23 Jan 2010

Two-tier health system feared by doctor groups

8:54 am on 23 January 2010

Senior doctor groups say a proposal to let patients in public hospitals pay for extra treatment will lead to a two-tier health system.

But Dunedin Hospital clinician Chris Jackson, who came up with the idea, says it will boost the public system because patients won't need to go back and forth between public and private specialists.

The Otago and Southland district health boards are calling for public submissions on a document called Bridging the Gap, which outlines ways for patients to pay for treatments that are not publicly funded.

Dr Jackson, a cancer specialist, says that dividing care between public and private providers is stressful and expensive for patients.

"Patients should be able to have all of their treatment under one roof," he says, "and they should just be able to top up their treatment."

Dr Jackson says patients who can't afford to pay would not be affected, because fee-payers would not be allowed to jump the queue.

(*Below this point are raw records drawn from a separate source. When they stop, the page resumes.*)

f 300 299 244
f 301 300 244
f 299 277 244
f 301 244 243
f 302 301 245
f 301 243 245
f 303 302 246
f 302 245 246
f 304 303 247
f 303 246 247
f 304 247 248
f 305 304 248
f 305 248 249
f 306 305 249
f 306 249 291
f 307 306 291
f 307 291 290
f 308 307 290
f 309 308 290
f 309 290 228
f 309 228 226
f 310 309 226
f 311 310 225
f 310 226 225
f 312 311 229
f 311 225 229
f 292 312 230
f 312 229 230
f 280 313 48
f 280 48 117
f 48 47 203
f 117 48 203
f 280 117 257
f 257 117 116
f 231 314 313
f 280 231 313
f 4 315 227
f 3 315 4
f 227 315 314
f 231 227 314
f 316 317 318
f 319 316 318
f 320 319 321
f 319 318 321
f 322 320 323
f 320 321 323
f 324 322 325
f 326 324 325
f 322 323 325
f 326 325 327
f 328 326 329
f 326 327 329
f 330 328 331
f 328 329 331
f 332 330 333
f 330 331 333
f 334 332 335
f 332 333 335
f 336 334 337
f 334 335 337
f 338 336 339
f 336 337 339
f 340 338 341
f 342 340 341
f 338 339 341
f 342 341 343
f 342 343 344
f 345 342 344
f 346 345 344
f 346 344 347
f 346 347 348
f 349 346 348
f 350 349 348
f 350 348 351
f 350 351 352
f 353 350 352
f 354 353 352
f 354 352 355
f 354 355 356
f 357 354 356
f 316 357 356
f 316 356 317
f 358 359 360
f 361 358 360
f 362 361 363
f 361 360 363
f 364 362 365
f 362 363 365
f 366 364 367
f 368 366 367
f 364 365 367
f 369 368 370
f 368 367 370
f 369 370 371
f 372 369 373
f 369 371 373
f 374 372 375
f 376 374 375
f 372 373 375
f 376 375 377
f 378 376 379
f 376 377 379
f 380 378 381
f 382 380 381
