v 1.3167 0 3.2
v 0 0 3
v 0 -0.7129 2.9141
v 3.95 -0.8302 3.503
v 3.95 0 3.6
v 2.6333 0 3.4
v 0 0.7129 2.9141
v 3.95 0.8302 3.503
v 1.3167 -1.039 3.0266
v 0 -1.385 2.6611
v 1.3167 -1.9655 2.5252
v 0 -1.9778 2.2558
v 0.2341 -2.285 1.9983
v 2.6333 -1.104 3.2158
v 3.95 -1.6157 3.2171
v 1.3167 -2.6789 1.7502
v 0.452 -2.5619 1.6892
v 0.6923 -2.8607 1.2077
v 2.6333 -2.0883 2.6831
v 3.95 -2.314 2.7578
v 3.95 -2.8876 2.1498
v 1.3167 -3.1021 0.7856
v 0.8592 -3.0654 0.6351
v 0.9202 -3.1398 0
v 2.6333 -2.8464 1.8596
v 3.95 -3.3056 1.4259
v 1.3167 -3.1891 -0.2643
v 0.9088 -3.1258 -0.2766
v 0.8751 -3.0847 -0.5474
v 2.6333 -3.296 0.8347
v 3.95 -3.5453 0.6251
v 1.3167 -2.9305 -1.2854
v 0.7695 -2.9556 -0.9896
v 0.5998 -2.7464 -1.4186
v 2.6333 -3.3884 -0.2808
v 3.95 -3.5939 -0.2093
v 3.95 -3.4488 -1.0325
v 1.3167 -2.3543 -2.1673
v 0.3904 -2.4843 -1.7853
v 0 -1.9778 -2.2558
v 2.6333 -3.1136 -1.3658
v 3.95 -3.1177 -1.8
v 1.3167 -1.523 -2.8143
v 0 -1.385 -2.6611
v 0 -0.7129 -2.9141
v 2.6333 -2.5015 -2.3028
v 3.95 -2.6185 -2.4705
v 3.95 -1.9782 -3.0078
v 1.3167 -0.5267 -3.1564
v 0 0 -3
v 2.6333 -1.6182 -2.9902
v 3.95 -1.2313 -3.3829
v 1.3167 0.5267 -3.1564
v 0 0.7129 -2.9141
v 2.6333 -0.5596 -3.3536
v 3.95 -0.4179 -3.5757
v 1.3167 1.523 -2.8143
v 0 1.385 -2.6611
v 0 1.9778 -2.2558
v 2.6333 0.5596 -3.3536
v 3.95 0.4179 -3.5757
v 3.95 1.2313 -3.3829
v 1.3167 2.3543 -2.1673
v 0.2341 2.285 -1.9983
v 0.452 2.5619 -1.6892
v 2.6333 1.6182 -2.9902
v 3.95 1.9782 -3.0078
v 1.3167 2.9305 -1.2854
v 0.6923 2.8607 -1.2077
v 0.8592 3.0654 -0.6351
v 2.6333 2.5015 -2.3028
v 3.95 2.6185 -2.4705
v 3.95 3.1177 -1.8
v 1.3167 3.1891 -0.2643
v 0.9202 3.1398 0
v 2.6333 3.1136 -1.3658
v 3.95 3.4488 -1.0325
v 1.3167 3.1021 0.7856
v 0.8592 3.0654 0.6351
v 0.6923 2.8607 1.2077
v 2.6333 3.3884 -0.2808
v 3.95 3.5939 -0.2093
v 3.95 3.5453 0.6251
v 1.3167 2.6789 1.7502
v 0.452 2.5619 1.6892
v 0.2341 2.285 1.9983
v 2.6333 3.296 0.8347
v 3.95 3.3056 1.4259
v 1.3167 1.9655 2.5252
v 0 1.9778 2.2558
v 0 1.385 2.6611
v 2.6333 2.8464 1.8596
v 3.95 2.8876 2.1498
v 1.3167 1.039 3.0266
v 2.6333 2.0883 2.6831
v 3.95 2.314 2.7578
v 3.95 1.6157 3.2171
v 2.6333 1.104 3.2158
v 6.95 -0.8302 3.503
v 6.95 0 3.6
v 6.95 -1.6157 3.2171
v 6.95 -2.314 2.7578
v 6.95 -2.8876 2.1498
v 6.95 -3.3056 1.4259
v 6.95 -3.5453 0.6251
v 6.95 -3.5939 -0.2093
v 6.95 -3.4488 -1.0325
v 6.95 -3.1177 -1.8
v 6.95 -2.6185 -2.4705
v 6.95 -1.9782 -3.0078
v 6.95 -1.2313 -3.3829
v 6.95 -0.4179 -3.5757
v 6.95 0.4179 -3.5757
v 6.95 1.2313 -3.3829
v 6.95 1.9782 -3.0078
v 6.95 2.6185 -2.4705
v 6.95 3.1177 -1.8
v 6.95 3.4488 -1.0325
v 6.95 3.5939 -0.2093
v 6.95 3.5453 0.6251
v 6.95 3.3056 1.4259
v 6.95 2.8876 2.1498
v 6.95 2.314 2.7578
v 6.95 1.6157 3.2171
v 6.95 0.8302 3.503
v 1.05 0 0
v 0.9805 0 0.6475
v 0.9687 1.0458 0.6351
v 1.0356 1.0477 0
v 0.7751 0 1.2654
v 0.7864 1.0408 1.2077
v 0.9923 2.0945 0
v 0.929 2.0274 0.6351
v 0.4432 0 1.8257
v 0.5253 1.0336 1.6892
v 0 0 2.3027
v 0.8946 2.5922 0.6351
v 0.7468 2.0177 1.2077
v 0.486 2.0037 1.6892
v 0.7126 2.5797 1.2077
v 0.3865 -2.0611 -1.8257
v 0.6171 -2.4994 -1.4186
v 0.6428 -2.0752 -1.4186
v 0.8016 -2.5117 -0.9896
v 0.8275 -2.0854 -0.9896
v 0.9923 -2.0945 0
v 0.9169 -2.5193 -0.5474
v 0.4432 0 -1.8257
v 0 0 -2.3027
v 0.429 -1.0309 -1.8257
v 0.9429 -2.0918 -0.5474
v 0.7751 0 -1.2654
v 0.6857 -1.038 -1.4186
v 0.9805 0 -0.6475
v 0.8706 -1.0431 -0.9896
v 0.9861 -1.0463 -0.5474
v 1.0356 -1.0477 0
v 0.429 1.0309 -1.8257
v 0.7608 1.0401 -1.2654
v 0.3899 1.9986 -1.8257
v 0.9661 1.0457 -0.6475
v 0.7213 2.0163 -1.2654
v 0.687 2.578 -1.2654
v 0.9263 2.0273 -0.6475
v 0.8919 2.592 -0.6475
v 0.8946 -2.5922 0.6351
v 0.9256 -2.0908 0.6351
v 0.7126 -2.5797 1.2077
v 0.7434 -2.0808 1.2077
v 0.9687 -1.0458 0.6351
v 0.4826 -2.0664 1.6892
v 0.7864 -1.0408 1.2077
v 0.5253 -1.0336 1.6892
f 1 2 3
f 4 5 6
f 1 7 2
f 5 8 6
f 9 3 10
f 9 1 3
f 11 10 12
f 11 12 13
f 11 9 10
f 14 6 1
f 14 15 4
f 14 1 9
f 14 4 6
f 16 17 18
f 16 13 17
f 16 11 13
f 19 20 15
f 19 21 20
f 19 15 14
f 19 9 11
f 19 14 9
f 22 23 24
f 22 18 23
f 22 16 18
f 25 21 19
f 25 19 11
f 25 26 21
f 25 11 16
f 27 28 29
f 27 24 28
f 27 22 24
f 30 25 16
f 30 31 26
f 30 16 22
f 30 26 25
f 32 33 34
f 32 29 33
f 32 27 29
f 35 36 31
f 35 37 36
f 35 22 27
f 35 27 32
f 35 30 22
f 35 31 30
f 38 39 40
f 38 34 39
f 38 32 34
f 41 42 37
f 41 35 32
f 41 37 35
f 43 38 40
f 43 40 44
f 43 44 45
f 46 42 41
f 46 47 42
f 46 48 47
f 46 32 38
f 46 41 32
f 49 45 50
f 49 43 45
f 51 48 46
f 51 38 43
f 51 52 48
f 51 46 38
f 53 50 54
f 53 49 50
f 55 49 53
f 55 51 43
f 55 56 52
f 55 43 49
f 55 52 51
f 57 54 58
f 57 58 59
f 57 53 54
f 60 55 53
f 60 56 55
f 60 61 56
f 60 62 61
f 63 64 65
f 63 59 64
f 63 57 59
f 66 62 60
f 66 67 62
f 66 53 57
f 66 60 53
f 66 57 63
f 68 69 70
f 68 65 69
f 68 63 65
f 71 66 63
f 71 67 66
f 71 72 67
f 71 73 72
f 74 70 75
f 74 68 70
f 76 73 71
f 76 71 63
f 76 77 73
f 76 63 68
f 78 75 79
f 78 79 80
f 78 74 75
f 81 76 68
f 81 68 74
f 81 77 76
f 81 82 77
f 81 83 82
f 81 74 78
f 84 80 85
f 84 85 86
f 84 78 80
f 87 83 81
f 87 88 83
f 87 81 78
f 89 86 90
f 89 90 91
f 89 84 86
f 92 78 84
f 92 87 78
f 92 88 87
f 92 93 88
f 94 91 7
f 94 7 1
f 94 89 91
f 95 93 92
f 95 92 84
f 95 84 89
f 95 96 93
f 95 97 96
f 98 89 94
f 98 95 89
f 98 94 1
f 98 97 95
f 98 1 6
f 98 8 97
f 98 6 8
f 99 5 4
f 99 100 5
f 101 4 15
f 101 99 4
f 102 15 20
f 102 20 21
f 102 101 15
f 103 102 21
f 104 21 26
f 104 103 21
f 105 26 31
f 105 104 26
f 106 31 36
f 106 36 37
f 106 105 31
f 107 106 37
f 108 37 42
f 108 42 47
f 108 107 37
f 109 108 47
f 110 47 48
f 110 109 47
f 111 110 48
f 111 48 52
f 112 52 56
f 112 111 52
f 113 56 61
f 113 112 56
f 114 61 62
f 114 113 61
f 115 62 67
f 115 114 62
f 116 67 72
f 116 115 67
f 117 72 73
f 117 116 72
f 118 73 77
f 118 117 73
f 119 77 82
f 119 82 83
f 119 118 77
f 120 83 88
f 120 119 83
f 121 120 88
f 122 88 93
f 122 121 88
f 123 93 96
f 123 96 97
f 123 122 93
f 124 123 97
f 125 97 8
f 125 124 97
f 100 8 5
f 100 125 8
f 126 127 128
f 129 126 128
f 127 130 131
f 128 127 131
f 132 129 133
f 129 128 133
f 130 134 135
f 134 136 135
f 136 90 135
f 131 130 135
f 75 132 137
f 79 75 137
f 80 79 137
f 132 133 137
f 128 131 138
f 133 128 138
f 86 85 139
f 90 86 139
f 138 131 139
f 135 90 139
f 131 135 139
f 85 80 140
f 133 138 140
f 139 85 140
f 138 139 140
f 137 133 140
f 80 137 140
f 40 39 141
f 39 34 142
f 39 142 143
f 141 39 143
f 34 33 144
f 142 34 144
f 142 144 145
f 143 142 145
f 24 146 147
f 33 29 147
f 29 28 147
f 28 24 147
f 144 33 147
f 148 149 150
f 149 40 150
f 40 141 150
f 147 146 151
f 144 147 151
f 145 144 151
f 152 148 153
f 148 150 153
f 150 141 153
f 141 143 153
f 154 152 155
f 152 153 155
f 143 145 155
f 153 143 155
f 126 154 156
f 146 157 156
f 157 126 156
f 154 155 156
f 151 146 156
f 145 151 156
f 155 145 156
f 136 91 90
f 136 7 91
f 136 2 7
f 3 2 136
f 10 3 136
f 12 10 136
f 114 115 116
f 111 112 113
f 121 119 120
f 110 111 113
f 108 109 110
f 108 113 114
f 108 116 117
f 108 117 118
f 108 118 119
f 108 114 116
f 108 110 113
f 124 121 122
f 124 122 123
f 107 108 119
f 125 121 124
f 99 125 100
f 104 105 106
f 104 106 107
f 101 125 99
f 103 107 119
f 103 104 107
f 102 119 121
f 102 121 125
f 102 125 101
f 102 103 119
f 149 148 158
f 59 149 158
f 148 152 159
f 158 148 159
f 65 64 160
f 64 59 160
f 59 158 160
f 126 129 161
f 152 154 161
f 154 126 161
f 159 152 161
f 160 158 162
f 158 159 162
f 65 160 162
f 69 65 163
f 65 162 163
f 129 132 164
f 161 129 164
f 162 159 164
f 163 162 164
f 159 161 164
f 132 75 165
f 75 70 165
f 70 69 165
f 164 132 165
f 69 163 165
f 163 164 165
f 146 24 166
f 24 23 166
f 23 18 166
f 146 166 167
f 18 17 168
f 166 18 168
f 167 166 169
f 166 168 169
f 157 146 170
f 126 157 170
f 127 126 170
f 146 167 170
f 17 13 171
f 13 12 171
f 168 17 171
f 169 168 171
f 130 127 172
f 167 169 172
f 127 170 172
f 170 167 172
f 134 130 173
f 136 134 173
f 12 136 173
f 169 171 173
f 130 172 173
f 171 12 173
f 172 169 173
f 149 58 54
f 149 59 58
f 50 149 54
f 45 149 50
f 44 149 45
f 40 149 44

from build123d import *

# Parameters (mm, degrees)
SKETCH001_R = 3.05


with BuildPart() as part:
    # Sketch → Revolution (revolve)
    with BuildSketch(Plane.XZ):
        Polygon((0, 0), (0, 3), (3.95, 3.6), (6.95, 3.6), (6.95, 0), align=None)
    revolve(axis=Axis((0, 0, 0), (1, 0, 0)))

    # Sketch001 → Groove (revolve, cut)
    with BuildSketch(Plane.XZ):
        with Locations((-2, 0)):
            Circle(SKETCH001_R)
    revolve(axis=Axis((-37, 0, 0), (0, 0, 1)), mode=Mode.SUBTRACT)


solid = part.part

Doctors would be put in 'repugnant' position

But the Medical Association and the Association of Salaried Medical Specialists (ASMS) believe that that is exactly what would happen.

They say that the proposal would put extra pressure on the public system, which is already struggling to provide the services for which it is funded, create serious inequalities and put doctors in a repugnant position.

Angela Belich, of the ASMS, says a doctor might have two patients in equal need but be able to offer only one of them a particular treatment or drug.

The New Zealand Nurses Organisation says there should be a greater level of public funding for health services instead of making patients pay.

Labour Party health spokesperson Ruth Dyson says that what is being proposed is "people being able to access public health services on the basis of money rather than on the basis of physical need, and that is not something that should be acceptable in New Zealand."

Health Minister Tony Ryall says that there are no plans for such a system to be introduced nationwide but that he is watching developments with interest.

Submissions on the document close on 2 February.